Scan the records below for lines with the word "hexagon", then state how many you find and nothing else.

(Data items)
------------------------------------

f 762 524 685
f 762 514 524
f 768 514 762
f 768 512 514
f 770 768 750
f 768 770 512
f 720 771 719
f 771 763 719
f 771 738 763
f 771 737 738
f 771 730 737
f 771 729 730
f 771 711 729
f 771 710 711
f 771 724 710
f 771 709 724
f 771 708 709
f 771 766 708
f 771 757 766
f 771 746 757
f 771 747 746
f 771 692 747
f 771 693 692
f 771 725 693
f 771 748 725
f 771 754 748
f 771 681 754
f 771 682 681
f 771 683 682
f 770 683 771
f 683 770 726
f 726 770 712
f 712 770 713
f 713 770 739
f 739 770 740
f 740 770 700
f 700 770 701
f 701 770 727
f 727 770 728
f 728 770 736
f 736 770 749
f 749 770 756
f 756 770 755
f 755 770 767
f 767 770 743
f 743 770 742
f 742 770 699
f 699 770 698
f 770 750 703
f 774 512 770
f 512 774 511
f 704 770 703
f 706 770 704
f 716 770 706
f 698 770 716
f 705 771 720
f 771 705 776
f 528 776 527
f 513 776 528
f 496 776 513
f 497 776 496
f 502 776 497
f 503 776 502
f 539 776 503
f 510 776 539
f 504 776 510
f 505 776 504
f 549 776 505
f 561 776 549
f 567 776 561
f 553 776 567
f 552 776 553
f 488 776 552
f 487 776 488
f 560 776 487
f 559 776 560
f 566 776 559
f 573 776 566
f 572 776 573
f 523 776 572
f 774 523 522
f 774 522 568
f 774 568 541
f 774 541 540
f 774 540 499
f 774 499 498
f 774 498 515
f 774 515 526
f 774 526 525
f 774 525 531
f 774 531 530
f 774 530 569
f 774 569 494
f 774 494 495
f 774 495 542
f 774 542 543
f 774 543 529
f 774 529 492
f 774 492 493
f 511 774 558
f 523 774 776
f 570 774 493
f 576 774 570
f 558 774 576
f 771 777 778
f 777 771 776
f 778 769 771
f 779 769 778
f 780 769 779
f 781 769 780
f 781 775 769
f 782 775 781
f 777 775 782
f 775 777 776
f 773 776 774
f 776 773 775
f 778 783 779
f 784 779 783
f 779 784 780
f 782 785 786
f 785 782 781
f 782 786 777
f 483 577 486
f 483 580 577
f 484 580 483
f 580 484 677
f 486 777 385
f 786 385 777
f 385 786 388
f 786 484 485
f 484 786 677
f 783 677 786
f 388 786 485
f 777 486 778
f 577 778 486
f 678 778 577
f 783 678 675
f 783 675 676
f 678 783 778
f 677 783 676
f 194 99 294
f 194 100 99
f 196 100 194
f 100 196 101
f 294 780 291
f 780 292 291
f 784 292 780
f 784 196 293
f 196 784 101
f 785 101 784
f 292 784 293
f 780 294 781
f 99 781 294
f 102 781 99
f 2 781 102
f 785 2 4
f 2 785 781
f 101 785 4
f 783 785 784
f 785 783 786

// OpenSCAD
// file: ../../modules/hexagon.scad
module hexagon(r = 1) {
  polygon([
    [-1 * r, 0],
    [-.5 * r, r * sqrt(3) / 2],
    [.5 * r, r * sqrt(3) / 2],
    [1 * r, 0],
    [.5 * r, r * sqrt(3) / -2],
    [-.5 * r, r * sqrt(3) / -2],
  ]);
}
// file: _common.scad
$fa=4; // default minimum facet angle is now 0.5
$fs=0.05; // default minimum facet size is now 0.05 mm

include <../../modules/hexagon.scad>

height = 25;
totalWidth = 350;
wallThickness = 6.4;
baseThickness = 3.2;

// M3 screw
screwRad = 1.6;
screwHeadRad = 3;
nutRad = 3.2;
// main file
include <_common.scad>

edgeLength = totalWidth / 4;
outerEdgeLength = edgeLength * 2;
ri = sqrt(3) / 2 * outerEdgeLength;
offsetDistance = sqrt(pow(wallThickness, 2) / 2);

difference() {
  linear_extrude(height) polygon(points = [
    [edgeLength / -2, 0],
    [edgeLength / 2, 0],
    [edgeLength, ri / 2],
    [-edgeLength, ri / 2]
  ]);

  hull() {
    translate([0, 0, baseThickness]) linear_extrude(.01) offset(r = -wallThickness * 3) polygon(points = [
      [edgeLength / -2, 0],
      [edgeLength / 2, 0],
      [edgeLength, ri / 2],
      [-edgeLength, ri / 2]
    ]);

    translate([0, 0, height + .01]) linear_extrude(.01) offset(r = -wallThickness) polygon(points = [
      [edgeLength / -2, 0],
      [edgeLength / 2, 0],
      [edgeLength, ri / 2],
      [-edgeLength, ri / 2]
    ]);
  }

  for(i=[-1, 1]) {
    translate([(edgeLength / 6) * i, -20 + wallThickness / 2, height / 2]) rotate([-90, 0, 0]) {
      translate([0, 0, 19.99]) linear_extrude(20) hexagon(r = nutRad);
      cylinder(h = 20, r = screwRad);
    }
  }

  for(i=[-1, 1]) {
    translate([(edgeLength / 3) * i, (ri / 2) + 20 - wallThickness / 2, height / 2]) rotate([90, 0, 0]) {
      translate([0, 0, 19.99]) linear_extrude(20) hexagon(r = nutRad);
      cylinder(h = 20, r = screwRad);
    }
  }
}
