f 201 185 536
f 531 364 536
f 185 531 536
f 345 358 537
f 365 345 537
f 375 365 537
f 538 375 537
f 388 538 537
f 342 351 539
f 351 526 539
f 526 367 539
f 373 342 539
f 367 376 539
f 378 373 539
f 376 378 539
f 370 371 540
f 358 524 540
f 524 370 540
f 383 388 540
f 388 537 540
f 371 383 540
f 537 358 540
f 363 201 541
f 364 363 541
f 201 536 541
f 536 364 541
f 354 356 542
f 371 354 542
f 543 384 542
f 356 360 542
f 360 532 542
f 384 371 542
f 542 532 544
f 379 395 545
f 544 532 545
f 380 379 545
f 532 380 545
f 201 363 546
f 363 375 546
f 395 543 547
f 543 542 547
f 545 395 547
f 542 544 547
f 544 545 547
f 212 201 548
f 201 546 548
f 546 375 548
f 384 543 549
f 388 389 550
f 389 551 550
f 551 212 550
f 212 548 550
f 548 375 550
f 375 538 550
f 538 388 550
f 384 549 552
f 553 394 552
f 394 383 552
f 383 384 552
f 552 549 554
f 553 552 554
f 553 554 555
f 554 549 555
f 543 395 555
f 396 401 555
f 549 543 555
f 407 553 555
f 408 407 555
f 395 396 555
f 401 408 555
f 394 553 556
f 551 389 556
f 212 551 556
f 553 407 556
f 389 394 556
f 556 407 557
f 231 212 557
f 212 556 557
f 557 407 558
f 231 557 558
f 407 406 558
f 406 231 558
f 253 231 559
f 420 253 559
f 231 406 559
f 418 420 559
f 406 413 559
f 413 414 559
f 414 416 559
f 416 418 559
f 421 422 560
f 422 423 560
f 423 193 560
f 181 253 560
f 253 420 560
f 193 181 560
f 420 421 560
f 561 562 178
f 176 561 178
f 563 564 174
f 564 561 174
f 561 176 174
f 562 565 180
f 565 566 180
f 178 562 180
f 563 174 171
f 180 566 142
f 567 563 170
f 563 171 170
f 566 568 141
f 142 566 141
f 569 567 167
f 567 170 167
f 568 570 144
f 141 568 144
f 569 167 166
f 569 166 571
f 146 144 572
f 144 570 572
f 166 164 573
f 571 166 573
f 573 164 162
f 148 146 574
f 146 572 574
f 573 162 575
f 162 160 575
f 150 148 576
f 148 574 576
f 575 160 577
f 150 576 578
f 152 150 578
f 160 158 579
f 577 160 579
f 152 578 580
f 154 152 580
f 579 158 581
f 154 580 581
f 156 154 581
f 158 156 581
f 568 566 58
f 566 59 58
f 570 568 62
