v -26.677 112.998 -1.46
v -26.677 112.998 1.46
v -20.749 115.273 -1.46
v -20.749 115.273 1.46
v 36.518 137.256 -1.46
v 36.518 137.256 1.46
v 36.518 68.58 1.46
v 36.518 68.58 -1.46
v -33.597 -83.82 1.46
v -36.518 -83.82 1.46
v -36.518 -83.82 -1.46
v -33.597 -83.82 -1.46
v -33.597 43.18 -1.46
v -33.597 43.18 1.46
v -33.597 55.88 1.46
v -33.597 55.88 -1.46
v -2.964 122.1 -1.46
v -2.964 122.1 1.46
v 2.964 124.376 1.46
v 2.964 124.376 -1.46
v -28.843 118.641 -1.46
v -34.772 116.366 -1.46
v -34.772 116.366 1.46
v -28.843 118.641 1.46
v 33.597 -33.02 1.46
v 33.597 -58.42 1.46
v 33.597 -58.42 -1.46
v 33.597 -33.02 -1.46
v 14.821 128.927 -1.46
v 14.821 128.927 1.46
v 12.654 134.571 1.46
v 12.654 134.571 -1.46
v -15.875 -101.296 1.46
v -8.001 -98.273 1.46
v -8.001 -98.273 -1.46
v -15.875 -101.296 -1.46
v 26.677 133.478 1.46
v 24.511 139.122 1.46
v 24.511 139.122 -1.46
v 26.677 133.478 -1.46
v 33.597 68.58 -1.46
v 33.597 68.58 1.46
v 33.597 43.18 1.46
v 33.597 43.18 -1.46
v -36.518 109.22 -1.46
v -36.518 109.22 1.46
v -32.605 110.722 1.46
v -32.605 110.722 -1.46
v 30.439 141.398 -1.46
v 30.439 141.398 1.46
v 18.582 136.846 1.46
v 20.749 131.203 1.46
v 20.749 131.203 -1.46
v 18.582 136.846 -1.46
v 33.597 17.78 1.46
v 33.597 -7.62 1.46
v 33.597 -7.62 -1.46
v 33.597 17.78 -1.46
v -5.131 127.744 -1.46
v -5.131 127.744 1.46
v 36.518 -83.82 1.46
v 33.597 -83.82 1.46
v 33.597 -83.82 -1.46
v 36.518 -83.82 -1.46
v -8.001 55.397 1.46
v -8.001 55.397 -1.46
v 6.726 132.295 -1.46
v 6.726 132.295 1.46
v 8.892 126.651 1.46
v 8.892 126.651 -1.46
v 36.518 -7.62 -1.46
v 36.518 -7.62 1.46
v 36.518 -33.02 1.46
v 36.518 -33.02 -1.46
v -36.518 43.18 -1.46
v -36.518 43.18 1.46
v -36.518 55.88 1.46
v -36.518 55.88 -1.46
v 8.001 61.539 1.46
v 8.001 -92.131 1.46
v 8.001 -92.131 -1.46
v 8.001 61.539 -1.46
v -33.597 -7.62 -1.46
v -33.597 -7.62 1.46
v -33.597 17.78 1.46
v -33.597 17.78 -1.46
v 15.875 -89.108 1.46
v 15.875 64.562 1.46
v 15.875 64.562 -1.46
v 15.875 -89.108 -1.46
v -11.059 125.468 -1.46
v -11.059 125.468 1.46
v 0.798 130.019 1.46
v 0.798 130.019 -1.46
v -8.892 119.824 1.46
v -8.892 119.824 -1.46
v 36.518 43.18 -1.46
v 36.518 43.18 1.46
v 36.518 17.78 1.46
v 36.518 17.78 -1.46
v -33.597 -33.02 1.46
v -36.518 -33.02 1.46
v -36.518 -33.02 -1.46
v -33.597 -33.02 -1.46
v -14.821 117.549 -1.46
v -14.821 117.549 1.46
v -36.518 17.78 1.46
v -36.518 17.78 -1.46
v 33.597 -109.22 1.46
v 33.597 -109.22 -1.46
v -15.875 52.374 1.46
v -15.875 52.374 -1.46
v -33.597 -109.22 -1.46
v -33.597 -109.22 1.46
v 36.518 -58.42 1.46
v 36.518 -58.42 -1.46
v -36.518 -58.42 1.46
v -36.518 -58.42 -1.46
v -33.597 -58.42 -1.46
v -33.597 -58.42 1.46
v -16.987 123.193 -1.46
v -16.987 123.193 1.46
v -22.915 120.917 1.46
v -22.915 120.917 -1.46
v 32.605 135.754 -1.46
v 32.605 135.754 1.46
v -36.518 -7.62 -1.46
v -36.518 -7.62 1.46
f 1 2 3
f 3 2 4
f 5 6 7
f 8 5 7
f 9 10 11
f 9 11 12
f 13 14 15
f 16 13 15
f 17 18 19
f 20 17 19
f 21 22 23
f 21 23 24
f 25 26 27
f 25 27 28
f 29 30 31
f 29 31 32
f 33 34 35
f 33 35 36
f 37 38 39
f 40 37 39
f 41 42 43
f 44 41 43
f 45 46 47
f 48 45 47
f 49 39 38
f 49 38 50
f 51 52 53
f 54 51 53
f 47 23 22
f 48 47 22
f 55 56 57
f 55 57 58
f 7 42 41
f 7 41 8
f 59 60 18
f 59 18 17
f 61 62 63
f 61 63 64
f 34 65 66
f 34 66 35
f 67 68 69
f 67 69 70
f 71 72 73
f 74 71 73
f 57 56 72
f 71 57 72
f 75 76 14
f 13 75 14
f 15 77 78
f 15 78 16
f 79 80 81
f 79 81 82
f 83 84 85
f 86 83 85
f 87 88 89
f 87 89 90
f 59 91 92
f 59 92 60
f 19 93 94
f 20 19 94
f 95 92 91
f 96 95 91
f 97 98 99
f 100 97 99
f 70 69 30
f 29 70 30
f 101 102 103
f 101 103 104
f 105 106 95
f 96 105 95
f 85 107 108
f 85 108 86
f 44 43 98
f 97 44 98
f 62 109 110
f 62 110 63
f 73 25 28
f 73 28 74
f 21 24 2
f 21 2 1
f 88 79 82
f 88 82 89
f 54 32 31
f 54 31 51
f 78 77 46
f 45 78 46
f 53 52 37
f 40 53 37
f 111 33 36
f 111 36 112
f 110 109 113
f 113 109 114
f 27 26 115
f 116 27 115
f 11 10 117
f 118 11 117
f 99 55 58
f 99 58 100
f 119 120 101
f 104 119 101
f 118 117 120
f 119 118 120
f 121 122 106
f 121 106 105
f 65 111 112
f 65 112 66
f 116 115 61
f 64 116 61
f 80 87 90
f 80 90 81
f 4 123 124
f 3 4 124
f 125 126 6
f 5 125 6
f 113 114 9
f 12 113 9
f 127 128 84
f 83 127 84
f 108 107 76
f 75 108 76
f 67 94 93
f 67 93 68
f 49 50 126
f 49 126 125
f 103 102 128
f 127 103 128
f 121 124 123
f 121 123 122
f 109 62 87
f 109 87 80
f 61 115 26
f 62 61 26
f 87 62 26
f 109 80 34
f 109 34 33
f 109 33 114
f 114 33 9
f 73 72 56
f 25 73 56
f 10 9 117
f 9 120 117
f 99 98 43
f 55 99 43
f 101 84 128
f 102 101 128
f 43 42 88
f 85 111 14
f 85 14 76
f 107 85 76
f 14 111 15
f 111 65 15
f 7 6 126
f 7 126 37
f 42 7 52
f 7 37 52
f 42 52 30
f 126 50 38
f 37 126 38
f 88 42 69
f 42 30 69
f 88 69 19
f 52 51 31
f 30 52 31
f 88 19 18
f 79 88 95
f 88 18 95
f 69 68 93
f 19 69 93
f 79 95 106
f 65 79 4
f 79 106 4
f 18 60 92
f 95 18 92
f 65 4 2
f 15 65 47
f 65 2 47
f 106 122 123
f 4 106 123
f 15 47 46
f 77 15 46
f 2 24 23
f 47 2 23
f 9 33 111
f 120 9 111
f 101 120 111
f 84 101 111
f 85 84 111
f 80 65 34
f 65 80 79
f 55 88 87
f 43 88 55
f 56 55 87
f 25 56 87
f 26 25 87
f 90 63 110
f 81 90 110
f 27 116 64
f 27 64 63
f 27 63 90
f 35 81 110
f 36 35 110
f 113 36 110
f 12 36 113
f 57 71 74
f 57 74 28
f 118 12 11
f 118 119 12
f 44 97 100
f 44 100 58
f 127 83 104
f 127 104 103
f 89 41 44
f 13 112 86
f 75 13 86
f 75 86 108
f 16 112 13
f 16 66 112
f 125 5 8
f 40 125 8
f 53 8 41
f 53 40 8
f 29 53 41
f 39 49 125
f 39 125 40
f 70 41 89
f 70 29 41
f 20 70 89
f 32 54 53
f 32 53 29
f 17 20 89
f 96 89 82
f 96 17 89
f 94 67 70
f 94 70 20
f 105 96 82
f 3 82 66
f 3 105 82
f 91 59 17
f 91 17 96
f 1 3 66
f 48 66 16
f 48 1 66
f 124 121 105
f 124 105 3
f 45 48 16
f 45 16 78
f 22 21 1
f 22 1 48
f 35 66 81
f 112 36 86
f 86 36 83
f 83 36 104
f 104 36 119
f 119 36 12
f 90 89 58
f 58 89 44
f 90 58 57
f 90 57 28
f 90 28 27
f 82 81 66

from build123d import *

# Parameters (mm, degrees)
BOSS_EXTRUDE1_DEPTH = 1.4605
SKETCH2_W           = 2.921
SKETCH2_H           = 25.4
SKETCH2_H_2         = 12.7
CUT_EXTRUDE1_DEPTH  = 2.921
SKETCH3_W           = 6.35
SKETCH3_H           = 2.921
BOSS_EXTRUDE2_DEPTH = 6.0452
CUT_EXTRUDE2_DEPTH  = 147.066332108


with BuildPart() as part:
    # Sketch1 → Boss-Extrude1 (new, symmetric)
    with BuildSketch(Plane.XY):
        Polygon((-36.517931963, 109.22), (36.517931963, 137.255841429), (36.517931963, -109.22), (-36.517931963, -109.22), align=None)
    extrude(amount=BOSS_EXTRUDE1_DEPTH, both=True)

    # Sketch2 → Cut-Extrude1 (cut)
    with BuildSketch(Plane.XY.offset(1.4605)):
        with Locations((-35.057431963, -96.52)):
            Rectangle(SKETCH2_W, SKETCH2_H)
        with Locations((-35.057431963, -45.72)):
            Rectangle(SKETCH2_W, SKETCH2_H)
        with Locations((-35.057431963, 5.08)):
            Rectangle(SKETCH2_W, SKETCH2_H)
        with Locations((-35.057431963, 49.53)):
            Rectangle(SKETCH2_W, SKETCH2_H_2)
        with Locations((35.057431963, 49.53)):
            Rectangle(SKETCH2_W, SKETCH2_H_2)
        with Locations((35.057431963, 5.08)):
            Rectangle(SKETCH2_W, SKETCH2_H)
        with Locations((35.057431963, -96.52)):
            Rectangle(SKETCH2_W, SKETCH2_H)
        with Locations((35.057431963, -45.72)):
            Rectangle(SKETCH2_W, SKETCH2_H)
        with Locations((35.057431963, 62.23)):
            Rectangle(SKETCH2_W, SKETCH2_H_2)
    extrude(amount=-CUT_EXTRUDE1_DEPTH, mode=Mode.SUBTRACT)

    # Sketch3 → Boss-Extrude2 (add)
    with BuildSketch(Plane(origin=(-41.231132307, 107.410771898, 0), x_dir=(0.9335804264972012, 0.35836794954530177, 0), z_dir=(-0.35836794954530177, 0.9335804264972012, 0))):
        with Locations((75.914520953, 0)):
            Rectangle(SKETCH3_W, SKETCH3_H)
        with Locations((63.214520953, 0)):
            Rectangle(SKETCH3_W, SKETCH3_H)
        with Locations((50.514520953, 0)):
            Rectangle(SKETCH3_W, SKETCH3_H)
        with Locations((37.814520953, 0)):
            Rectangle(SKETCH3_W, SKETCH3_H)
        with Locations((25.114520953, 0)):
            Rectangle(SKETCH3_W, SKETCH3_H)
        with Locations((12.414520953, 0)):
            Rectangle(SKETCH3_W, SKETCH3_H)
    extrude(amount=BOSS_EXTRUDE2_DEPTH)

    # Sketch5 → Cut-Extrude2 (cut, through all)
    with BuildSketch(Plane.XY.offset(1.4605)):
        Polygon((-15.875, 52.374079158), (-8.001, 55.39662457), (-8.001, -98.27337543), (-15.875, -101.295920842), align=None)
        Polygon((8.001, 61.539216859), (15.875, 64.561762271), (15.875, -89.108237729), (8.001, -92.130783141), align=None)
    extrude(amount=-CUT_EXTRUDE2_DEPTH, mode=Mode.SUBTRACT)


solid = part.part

------------------------------------

Expected answer:
5